2) Finance support of the brand. Asia, and again China in particular, is very much focused on brands and brand stories. This is why there are malls everywhere with brand-name stores that seem as if they are just billboards that you can walk into. What’s more, the brand story in Asia can be different, or carry different meaning, than it does elsewhere. This is both a risk and an opportunity to create new business models in line with the value of the brand story and how the brand story might be perceived. What I learned from exchanges with tech firms in Taiwan, for example, is that a brand story can help shift firms from PC and device manufacturing, a declining business, to more of marketing or services-oriented business model with different finance needs.
3) Tapping Asia capital markets.
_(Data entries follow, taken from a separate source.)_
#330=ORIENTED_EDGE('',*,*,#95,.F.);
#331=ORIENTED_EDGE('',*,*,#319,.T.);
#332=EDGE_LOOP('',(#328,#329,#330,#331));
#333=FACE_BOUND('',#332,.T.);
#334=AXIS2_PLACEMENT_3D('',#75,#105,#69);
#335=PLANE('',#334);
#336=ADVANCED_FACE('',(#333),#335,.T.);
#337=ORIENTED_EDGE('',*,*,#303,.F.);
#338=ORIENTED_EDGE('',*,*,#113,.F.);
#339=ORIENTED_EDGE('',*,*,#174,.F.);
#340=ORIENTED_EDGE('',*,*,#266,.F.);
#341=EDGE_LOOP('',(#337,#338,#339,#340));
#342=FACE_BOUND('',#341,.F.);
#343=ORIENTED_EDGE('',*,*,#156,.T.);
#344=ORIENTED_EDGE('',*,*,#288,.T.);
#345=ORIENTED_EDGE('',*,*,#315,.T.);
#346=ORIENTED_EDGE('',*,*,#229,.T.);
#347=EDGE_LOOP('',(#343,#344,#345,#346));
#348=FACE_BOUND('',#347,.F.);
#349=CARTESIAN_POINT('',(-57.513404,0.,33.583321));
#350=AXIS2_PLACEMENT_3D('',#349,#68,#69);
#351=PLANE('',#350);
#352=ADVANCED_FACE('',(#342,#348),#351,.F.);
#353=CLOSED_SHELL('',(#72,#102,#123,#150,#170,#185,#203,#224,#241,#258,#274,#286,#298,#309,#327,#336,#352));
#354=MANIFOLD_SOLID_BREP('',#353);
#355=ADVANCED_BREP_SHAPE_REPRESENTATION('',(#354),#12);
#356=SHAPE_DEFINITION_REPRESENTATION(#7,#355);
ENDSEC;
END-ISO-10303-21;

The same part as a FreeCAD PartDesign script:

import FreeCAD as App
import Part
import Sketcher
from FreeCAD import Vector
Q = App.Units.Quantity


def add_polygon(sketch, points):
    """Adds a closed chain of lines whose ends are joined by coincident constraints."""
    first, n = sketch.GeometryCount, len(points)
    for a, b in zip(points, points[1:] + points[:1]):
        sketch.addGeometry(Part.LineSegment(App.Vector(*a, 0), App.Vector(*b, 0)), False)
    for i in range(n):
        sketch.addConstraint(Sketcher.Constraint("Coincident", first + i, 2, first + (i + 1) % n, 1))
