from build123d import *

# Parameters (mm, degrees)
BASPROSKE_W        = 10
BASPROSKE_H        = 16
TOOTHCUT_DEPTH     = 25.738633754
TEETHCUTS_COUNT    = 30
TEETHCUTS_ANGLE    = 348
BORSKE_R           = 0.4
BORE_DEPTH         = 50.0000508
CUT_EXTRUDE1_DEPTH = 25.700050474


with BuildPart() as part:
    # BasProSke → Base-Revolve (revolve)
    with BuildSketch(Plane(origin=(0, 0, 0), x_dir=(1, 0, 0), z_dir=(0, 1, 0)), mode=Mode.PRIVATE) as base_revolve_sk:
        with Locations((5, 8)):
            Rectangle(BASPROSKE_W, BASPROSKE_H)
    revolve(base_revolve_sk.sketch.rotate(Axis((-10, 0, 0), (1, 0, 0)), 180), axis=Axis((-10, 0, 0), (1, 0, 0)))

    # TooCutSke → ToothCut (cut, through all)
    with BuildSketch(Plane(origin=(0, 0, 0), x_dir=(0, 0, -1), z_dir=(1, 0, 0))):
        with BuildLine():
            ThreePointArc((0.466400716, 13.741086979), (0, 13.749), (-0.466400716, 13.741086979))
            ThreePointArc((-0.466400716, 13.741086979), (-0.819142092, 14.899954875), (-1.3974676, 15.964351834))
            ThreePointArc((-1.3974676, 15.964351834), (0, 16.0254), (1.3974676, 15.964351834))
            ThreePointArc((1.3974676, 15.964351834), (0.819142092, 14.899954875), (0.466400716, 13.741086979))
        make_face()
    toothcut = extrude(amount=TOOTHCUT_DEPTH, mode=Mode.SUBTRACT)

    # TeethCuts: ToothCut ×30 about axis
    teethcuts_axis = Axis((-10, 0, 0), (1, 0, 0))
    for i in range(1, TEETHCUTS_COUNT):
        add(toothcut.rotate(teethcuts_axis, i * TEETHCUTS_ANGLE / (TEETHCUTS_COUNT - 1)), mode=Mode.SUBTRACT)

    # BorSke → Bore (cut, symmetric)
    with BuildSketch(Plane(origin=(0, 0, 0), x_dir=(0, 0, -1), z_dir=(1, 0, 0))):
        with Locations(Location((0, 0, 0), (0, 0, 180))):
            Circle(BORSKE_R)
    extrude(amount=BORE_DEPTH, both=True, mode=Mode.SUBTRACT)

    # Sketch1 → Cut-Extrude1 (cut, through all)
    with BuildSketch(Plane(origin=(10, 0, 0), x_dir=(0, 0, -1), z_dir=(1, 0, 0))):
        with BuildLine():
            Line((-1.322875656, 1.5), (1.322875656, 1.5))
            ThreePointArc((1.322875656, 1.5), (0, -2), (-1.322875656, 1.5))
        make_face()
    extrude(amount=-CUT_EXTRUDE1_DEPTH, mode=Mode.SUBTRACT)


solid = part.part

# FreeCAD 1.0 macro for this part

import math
import FreeCAD as App
import Part
import Sketcher
from FreeCAD import Vector
Q = App.Units.Quantity

doc = App.newDocument("Part")
params = doc.addObject("Spreadsheet::Sheet", "Params")
for row, (alias, value) in enumerate([
    ("sketch1_width", "10 mm"),
    ("sketch1_height", "16 mm"),
    ("revolution_angle", "360 deg"),
    ("sketch2_radius", "6 mm"),
    ("sketch3_diameter", "0.8 mm"),
    ("pocket2_length", "100.000102 mm"),
    ("sketch4_radius", "2 mm"),
], start=1):
    params.set(f"A{row}", alias)
    params.set(f"B{row}", "=" + value)
    params.setAlias(f"B{row}", alias)

body = doc.addObject("PartDesign::Body", "Body")

# Sketch on XZ plane
sketch1 = doc.addObject("Sketcher::SketchObject", "Sketch")
body.addObject(sketch1)
sketch1.AttachmentSupport = (doc.XZ_Plane, [""])
sketch1.MapMode = "FlatFace"
sketch1.addGeometry([
    Part.LineSegment(Vector(0, -16, 0), Vector(0, 0, 0)),
    Part.LineSegment(Vector(0, 0, 0), Vector(10, 0, 0)),
    Part.LineSegment(Vector(10, 0, 0), Vector(10, -16, 0)),
    Part.LineSegment(Vector(10, -16, 0), Vector(0, -16, 0)),
], False)
sketch1.addConstraint([
    Sketcher.Constraint("Coincident", 0, 2, 1, 1),
    Sketcher.Constraint("Coincident", 1, 2, 2, 1),
    Sketcher.Constraint("Coincident", 2, 2, 3, 1),
    Sketcher.Constraint("Coincident", 3, 2, 0, 1),
    Sketcher.Constraint("Vertical", 0),
    Sketcher.Constraint("Horizontal", 1),
    Sketcher.Constraint("Vertical", 2),
    Sketcher.Constraint("Horizontal", 3),
    Sketcher.Constraint("Coincident", 0, 2, -1, 1),
    Sketcher.Constraint("DistanceX", 1, 1, 1, 2, Q("10 mm")),
    Sketcher.Constraint("DistanceY", 0, 1, 0, 2, Q("16 mm")),
])
sketch1.setExpression("Constraints[9]", "Params.sketch1_width")
sketch1.setExpression("Constraints[10]", "Params.sketch1_height")
revolution = doc.addObject("PartDesign::Revolution", "Revolution")
body.addObject(revolution)
revolution.Profile = sketch1
revolution.ReferenceAxis = (sketch1, ["H_Axis"])
revolution.setExpression("Angle", "Params.revolution_angle")

# Sketch on YZ plane
sketch2 = doc.addObject("Sketcher::SketchObject", "Sketch001")
body.addObject(sketch2)
sketch2.AttachmentSupport = (doc.YZ_Plane, [""])
sketch2.MapMode = "FlatFace"
sketch2.addGeometry([
    Part.ArcOfCircle(Part.Circle(Vector(0, 0, 0), Vector(0, 0, 1), 13.749), math.radians(-1.94399), math.radians(1.94399)),
    Part.ArcOfCircle(Part.Circle(Vector(12.582284, -6.353435, 0), Vector(0, 0, 1), 6), math.radians(55.689458), math.radians(78.864269)),
    Part.ArcOfCircle(Part.Circle(Vector(0, 0, 0), Vector(0, 0, 1), 16.0254), math.radians(-5.002735), math.radians(5.002735)),
    Part.ArcOfCircle(Part.Circle(Vector(12.582284, 6.353435, 0), Vector(0, 0, 1), 6), math.radians(-78.864269), math.radians(-55.689458)),
], False)
sketch2.addConstraint([
    Sketcher.Constraint("Coincident", 0, 1, 1, 2),
    Sketcher.Constraint("Coincident", 1, 1, 2, 1),
    Sketcher.Constraint("Coincident", 2, 2, 3, 2),
    Sketcher.Constraint("Coincident", 3, 1, 0, 2),
    Sketcher.Constraint("Coincident", 0, 3, -1, 1),
    Sketcher.Constraint("Coincident", 2, 3, -1, 1),
    Sketcher.Constraint("Equal", 1, 3),
    Sketcher.Constraint("Symmetric", 1, 3, 3, 3, -1),
    Sketcher.Constraint("Radius", 1, Q("6 mm")),
    Sketcher.Constraint("Radius", 0, Q("13.749 mm")),
    Sketcher.Constraint("Radius", 2, Q("16.0254 mm")),
    Sketcher.Constraint("DistanceY", 0, 1, -1, 1, Q("0.466401 mm")),
    Sketcher.Constraint("DistanceX", -1, 1, 1, 1, Q("15.964352 mm")),
])
sketch2.setExpression("Constraints[8]", "Params.sketch2_radius")
pocket1 = doc.addObject("PartDesign::Pocket", "Pocket")
body.addObject(pocket1)
pocket1.Profile = sketch2
pocket1.Type = "ThroughAll"
pocket1.Reversed = True
doc.recompute()

polarpattern = doc.addObject("PartDesign::PolarPattern", "PolarPattern")
body.addObject(polarpattern)
polarpattern.Originals = [pocket1]
polarpattern.Axis = (doc.X_Axis, [""])
polarpattern.Angle = 360
polarpattern.Occurrences = 30
body.Tip = polarpattern

# Sketch on YZ plane
sketch3 = doc.addObject("Sketcher::SketchObject", "Sketch002")
body.addObject(sketch3)
sketch3.AttachmentSupport = (doc.YZ_Plane, [""])
sketch3.MapMode = "FlatFace"
sketch3.addGeometry(Part.Circle(Vector(0, 0, 0), Vector(0, 0, 1), 0.4), False)
sketch3.addConstraint([
    Sketcher.Constraint("Coincident", 0, 3, -1, 1),
    Sketcher.Constraint("Diameter", 0, Q("0.8 mm")),
])
sketch3.setExpression("Constraints[1]", "Params.sketch3_diameter")
pocket2 = doc.addObject("PartDesign::Pocket", "Pocket001")
body.addObject(pocket2)
pocket2.Profile = sketch3
pocket2.setExpression("Length", "Params.pocket2_length")
pocket2.Midplane = True

# Sketch on YZ plane
sketch4 = doc.addObject("Sketcher::SketchObject", "Sketch003")
body.addObject(sketch4)
sketch4.AttachmentSupport = (doc.YZ_Plane, [""])
sketch4.MapMode = "FlatFace"
sketch4.AttachmentOffset = App.Placement(Vector(0, 0, 10), App.Rotation())
sketch4.addGeometry([
    Part.LineSegment(Vector(1.5, -1.322876, 0), Vector(1.5, 1.322876, 0)),
    Part.ArcOfCircle(Part.Circle(Vector(0, 0, 0), Vector(0, 0, 1), 2), math.radians(41.409622), math.radians(318.590378)),
], False)
sketch4.addConstraint([
    Sketcher.Constraint("Coincident", 0, 1, 1, 2),
    Sketcher.Constraint("Coincident", 1, 1, 0, 2),
    Sketcher.Constraint("Vertical", 0),
    Sketcher.Constraint("Coincident", 1, 3, -1, 1),
    Sketcher.Constraint("Radius", 1, Q("2 mm")),
    Sketcher.Constraint("DistanceX", -1, 1, 0, 1, Q("1.5 mm")),
])
sketch4.setExpression("Constraints[4]", "Params.sketch4_radius")
pocket3 = doc.addObject("PartDesign::Pocket", "Pocket002")
body.addObject(pocket3)
pocket3.Profile = sketch4
pocket3.Type = "ThroughAll"

doc.recompute()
There has been an uptick of late in MNCs tapping niche capital markets, including those in Asia. With a rising rate environment in the US, and cross-currency swap overlays, there can be a cost of funds as well as an investor diversification play in tapping Asia capital markets. What’s more, with US firms bringing cash back to the US because of tax reform, funding needs in region may rise. And speaking of investor diversification, the wealth and proliferation of institutional investors based in Asia makes it a target-rich environment for investor roadshows and investor relations, both on the equity and fixed income side.
4) Diversifying bank relationships to local banks. Local banks in key markets are getting better with their capabilities and can offer MNCs alternatives to global banks, especially regarding local financing options. Private conversations with bankers in the region suggest that global network banks are going to find it very difficult and expensive to sustain their networks indefinitely. And even regional treasurers confirm that there is interest in working with local banks, just not on cash management until integration with cross-border, bank-agnostic networks improves. To move relationships with local banks forward, HQ treasurers, especially outside Asia, need to become more open-minded regarding bank relationships
5) Engage with central bank/monetary system innovation. Many finance professionals point to the MAS in Singapore (supporting fintech blockchain initiatives, including bank KYC compliance, for example) and the HKMA in Hong Kong (fintech and green finance initiatives) as being innovation leaders among central banks. But it’s important to note that the PBOC in China has allowed quite a bit of innovation to take place in China, too, particularly around payments and digital financial services. For this reason, regional finance experience in dealing with Asian central banking and monetary authorities, and related ranks of regulators, will become useful in understanding how to navigate regulation of digital finance initiatives elsewhere. It will also help firms learn to better deal with a less US/EU-centric financial regulatory world.
Put Focus on the Impact Looking Forward
In digital manufacturing, which is the focus of McKinsey’s Digital Capabilities Center in Beijing, almost no firm can ditch its legacy factories entirely to build state-of-the-art digital showcases. Thus, McKinsey suggests firms assess the impact of investments in digital capabilities to determine the best way to spend on improving existing facilities to deliver the most positive impact. As one member with nearly 50 manufacturing sites in Asia put it: “Once we are able to extract the data from the (digitalized) shop floor in real time, then finance can do real insightful analysis to drive actions as a true business partner. Digitalization also frees up time, so finance can work on the future business impact.”